What you need to do -
Once the line containing "v9 (670,-101,309)" is found in the records below, return it and each following line exactly, up to and including the line containing "e14 v13 v14 LINE", and nothing else.

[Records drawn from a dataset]
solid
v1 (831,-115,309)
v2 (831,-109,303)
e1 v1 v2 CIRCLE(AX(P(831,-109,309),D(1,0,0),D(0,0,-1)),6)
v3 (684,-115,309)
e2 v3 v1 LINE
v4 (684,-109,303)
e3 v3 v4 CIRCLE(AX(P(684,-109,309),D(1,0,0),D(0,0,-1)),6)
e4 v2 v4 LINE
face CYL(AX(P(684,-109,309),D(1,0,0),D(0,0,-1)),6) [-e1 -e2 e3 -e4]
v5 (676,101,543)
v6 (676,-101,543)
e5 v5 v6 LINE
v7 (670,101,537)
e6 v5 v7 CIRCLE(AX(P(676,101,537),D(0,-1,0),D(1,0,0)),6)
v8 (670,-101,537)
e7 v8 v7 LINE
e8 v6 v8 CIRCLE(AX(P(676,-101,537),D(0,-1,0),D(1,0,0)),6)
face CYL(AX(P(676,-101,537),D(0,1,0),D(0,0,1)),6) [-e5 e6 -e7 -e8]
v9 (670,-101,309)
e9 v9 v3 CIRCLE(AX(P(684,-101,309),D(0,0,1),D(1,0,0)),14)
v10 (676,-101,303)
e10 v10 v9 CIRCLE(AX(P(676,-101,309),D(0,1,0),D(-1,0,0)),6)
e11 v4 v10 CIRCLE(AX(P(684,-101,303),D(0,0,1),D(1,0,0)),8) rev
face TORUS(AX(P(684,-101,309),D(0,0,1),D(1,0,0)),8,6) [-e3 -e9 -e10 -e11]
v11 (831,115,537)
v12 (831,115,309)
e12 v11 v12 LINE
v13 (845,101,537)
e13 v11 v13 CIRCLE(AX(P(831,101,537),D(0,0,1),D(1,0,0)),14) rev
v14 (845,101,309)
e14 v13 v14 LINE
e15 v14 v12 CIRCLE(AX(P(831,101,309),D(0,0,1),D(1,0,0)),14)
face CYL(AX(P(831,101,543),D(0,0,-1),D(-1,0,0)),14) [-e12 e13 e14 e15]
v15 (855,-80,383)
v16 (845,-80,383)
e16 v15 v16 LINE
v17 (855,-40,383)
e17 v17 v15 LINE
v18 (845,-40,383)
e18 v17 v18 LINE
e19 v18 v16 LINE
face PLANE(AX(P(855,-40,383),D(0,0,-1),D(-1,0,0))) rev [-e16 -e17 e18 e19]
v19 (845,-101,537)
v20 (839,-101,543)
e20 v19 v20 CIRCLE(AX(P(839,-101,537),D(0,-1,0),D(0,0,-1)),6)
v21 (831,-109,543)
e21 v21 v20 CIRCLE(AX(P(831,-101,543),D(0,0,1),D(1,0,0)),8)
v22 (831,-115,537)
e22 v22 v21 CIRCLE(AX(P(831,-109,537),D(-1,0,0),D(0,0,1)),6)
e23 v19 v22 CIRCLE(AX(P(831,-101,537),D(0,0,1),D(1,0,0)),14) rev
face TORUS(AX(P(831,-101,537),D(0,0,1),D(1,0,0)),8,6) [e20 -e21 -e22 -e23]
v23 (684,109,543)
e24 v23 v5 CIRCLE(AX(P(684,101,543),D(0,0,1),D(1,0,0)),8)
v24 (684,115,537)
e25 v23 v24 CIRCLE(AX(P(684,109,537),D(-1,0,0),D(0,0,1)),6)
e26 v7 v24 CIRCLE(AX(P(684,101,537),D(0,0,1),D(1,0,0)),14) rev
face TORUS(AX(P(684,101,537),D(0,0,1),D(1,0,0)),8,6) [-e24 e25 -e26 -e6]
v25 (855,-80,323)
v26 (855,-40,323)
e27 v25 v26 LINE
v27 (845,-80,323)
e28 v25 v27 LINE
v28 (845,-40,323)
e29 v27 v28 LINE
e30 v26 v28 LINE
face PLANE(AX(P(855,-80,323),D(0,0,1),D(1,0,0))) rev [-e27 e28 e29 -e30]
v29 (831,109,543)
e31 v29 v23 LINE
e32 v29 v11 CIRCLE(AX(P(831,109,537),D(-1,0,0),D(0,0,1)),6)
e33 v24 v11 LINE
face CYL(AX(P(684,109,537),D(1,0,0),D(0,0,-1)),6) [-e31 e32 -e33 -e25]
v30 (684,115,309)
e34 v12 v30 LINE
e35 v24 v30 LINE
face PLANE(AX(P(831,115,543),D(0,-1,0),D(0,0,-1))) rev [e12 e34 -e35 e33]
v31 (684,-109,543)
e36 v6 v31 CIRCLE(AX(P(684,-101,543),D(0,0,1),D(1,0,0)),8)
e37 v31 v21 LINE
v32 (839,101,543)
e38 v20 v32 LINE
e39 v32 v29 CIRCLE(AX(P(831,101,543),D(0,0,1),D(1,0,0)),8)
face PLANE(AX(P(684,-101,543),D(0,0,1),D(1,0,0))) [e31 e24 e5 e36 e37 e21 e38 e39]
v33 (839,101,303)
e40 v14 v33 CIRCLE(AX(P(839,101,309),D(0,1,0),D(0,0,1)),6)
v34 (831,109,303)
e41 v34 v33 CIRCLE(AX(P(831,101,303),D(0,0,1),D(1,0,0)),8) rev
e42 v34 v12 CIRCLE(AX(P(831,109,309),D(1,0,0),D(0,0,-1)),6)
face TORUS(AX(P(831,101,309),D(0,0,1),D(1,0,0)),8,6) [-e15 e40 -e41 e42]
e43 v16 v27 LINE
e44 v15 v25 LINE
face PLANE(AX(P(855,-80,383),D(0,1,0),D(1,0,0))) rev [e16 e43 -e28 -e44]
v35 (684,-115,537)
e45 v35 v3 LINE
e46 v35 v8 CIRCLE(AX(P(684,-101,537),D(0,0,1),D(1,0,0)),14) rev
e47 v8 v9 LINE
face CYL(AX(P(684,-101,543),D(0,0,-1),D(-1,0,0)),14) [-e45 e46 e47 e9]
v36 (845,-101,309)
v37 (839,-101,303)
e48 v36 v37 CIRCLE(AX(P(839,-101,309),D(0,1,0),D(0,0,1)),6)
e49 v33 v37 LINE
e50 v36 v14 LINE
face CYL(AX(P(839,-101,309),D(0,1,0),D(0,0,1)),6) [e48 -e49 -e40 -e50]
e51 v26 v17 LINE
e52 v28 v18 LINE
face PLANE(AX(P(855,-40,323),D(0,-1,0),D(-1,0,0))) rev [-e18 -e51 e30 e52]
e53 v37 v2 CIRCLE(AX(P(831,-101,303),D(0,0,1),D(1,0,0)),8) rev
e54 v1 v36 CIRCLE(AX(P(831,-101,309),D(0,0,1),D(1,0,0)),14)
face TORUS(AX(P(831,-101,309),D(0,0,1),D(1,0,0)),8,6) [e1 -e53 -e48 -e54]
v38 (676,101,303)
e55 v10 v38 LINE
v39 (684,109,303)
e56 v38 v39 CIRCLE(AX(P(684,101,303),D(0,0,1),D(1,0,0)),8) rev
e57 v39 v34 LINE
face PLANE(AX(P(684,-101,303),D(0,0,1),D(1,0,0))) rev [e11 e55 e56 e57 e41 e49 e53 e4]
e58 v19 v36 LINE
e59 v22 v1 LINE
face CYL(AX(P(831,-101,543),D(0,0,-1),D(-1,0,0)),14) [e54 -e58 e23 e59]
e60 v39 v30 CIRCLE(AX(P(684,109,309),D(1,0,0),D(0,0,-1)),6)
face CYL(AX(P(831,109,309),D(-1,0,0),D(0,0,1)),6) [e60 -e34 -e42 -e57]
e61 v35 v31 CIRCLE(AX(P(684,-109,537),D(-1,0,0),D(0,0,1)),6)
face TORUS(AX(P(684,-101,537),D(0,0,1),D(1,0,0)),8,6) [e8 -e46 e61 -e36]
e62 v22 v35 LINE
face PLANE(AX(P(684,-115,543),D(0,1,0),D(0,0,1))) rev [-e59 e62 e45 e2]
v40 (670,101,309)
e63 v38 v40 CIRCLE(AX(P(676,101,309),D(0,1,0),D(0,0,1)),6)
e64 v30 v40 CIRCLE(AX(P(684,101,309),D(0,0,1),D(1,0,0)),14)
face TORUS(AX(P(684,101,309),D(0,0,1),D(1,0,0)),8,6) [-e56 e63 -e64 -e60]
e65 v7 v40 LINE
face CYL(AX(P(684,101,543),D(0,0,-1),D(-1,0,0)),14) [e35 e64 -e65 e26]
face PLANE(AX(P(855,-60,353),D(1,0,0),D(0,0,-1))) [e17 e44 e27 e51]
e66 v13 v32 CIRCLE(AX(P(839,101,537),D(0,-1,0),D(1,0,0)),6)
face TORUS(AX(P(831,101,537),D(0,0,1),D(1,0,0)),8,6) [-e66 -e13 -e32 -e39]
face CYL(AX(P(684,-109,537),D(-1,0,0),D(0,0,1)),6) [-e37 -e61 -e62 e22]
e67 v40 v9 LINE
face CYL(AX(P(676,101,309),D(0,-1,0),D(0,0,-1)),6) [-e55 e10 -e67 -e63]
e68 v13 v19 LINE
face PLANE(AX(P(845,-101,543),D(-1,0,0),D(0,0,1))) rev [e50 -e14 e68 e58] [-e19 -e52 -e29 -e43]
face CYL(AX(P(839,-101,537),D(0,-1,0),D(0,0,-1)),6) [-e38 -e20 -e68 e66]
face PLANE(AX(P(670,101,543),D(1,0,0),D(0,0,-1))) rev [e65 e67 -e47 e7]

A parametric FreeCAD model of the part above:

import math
import FreeCAD as App
import Part
import Sketcher
from FreeCAD import Vector
Q = App.Units.Quantity


def edges_at(feature, points):
    """Names of the edges that pass closest to the given points."""
    edges = feature.Shape.Edges
    near = lambda p: min(range(len(edges)), key=lambda i: edges[i].distToShape(Part.Vertex(*p))[0])
    return sorted({f"Edge{near(p) + 1}" for p in points})

doc = App.newDocument("Part")
params = doc.addObject("Spreadsheet::Sheet", "Params")
for row, (alias, value) in enumerate([
    ("sketch1_radius", "14 mm"),
    ("sketch1_width", "147 mm"),
    ("sketch1_height", "202 mm"),
    ("pad1_length", "240 mm"),
    ("fillet_radius", "6 mm"),
    ("sketch2_width", "60 mm"),
    ("sketch2_height", "40 mm"),
    ("pad2_length", "10 mm"),
], start=1):
    params.set(f"A{row}", alias)
    params.set(f"B{row}", "=" + value)
    params.setAlias(f"B{row}", alias)

body = doc.addObject("PartDesign::Body", "Body")

# Sketch on XY plane
sketch1 = doc.addObject("Sketcher::SketchObject", "Sketch")
body.addObject(sketch1)
sketch1.AttachmentSupport = (doc.XY_Plane, [""])
sketch1.MapMode = "FlatFace"
sketch1.AttachmentOffset = App.Placement(Vector(0, 0, 303), App.Rotation())
sketch1.addGeometry(Part.LineSegment(Vector(684, -115, 0), Vector(831, -115, 0)), False)
sketch1.addGeometry(Part.ArcOfCircle(Part.Circle(Vector(831, -101, 0), Vector(0, 0, 1), 14), math.radians(-90), math.radians(0)), False)
sketch1.addGeometry(Part.LineSegment(Vector(845, -101, 0), Vector(845, 101, 0)), False)
sketch1.addGeometry(Part.ArcOfCircle(Part.Circle(Vector(831, 101, 0), Vector(0, 0, 1), 14), math.radians(0), math.radians(90)), False)
sketch1.addGeometry(Part.LineSegment(Vector(831, 115, 0), Vector(684, 115, 0)), False)
sketch1.addGeometry(Part.ArcOfCircle(Part.Circle(Vector(684, 101, 0), Vector(0, 0, 1), 14), math.radians(90), math.radians(180)), False)
sketch1.addGeometry(Part.LineSegment(Vector(670, 101, 0), Vector(670, -101, 0)), False)
sketch1.addGeometry(Part.ArcOfCircle(Part.Circle(Vector(684, -101, 0), Vector(0, 0, 1), 14), math.radians(180), math.radians(270)), False)
sketch1.addConstraint(Sketcher.Constraint("Tangent", 0, 2, 1, 1))
sketch1.addConstraint(Sketcher.Constraint("Tangent", 1, 2, 2, 1))
sketch1.addConstraint(Sketcher.Constraint("Tangent", 2, 2, 3, 1))
sketch1.addConstraint(Sketcher.Constraint("Tangent", 3, 2, 4, 1))
sketch1.addConstraint(Sketcher.Constraint("Tangent", 4, 2, 5, 1))
sketch1.addConstraint(Sketcher.Constraint("Tangent", 5, 2, 6, 1))
sketch1.addConstraint(Sketcher.Constraint("Tangent", 6, 2, 7, 1))
sketch1.addConstraint(Sketcher.Constraint("Tangent", 7, 2, 0, 1))
sketch1.addConstraint(Sketcher.Constraint("Horizontal", 0))
sketch1.addConstraint(Sketcher.Constraint("Vertical", 2))
sketch1.addConstraint(Sketcher.Constraint("Horizontal", 4))
sketch1.addConstraint(Sketcher.Constraint("Vertical", 6))
sketch1.addConstraint(Sketcher.Constraint("Equal", 1, 3))
sketch1.addConstraint(Sketcher.Constraint("Equal", 3, 5))
sketch1.addConstraint(Sketcher.Constraint("Equal", 5, 7))
sketch1.addConstraint(Sketcher.Constraint("Radius", 1, Q("14 mm")))
sketch1.addConstraint(Sketcher.Constraint("DistanceX", 0, 1, 0, 2, Q("147 mm")))
sketch1.addConstraint(Sketcher.Constraint("DistanceY", 2, 1, 2, 2, Q("202 mm")))
sketch1.addConstraint(Sketcher.Constraint("DistanceX", -1, 1, 1, 3, Q("831 mm")))
sketch1.addConstraint(Sketcher.Constraint("DistanceY", 1, 3, -1, 1, Q("101 mm")))
sketch1.setExpression("Constraints[15]", "Params.sketch1_radius")
sketch1.setExpression("Constraints[16]", "Params.sketch1_width")
sketch1.setExpression("Constraints[17]", "Params.sketch1_height")
pad1 = doc.addObject("PartDesign::Pad", "Pad")
body.addObject(pad1)
pad1.Profile = sketch1
pad1.setExpression("Length", "Params.pad1_length")
doc.recompute()

fillet = doc.addObject("PartDesign::Fillet", "Fillet")
body.addObject(fillet)
fillet.Base = (pad1, edges_at(pad1, [
    (845, 0, 303),
    (840.899, -110.899, 303),
    (757.5, -115, 303),
    (674.101, -110.899, 303),
    (840.899, -110.899, 543),
    (845, 0, 543),
    (840.899, 110.899, 543),
    (757.5, 115, 543),
    (674.101, 110.899, 543),
    (670, 0, 543),
    (674.101, -110.899, 543),
    (670, 0, 303),
    (757.5, -115, 543),
    (674.101, 110.899, 303),
    (757.5, 115, 303),
    (840.899, 110.899, 303),
]))
fillet.setExpression("Radius", "Params.fillet_radius")
body2 = doc.addObject("PartDesign::Body", "Body001")

# Sketch on XY plane
sketch2 = doc.addObject("Sketcher::SketchObject", "Sketch001")
body2.addObject(sketch2)
sketch2.AttachmentSupport = (doc.getObject("XY_Plane001"), [""])
sketch2.MapMode = "FlatFace"
sketch2.addGeometry(Part.LineSegment(Vector(-30, 20, 0), Vector(-30, -20, 0)), False)
sketch2.addGeometry(Part.LineSegment(Vector(-30, -20, 0), Vector(30, -20, 0)), False)
sketch2.addGeometry(Part.LineSegment(Vector(30, -20, 0), Vector(30, 20, 0)), False)
sketch2.addGeometry(Part.LineSegment(Vector(30, 20, 0), Vector(-30, 20, 0)), False)
sketch2.addConstraint(Sketcher.Constraint("Coincident", 0, 2, 1, 1))
sketch2.addConstraint(Sketcher.Constraint("Coincident", 1, 2, 2, 1))
sketch2.addConstraint(Sketcher.Constraint("Coincident", 2, 2, 3, 1))
sketch2.addConstraint(Sketcher.Constraint("Coincident", 3, 2, 0, 1))
sketch2.addConstraint(Sketcher.Constraint("Vertical", 0))
sketch2.addConstraint(Sketcher.Constraint("Horizontal", 1))
sketch2.addConstraint(Sketcher.Constraint("Vertical", 2))
sketch2.addConstraint(Sketcher.Constraint("Horizontal", 3))
sketch2.addConstraint(Sketcher.Constraint("Symmetric", 0, 2, 2, 2, -1, 1))
sketch2.addConstraint(Sketcher.Constraint("DistanceX", 1, 1, 1, 2, Q("60 mm")))
sketch2.addConstraint(Sketcher.Constraint("DistanceY", 0, 2, 0, 1, Q("40 mm")))
sketch2.setExpression("Constraints[9]", "Params.sketch2_width")
sketch2.setExpression("Constraints[10]", "Params.sketch2_height")
pad2 = doc.addObject("PartDesign::Pad", "Pad001")
body2.addObject(pad2)
pad2.Profile = sketch2
pad2.setExpression("Length", "Params.pad2_length")
body3 = doc.addObject("PartDesign::Body", "Body002")
doc.recompute()

body2.Placement = App.Placement(Vector(0, 0, 0), App.Rotation(Vector(0, 1, 0), 90))
boolean = doc.addObject("PartDesign::Boolean", "Boolean")
body3.addObject(boolean)
boolean.Type = "Fuse"
boolean.addObjects([body2])
body4 = doc.addObject("PartDesign::Body", "Body003")
doc.recompute()

body3.Placement = App.Placement(Vector(845, -60, 353), App.Rotation(Vector(0, 0, 1), 0))
boolean2 = doc.addObject("PartDesign::Boolean", "Boolean001")
body4.addObject(boolean2)
boolean2.Type = "Fuse"
boolean2.addObjects([body3])
doc.recompute()

boolean3 = doc.addObject("PartDesign::Boolean", "Boolean002")
body4.addObject(boolean3)
boolean3.Type = "Fuse"
boolean3.addObjects([body])

doc.recompute()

Solved problem -
v9 (670,-101,309)
e9 v9 v3 CIRCLE(AX(P(684,-101,309),D(0,0,1),D(1,0,0)),14)
v10 (676,-101,303)
e10 v10 v9 CIRCLE(AX(P(676,-101,309),D(0,1,0),D(-1,0,0)),6)
e11 v4 v10 CIRCLE(AX(P(684,-101,303),D(0,0,1),D(1,0,0)),8) rev
face TORUS(AX(P(684,-101,309),D(0,0,1),D(1,0,0)),8,6) [-e3 -e9 -e10 -e11]
v11 (831,115,537)
v12 (831,115,309)
e12 v11 v12 LINE
v13 (845,101,537)
e13 v11 v13 CIRCLE(AX(P(831,101,537),D(0,0,1),D(1,0,0)),14) rev
v14 (845,101,309)
e14 v13 v14 LINE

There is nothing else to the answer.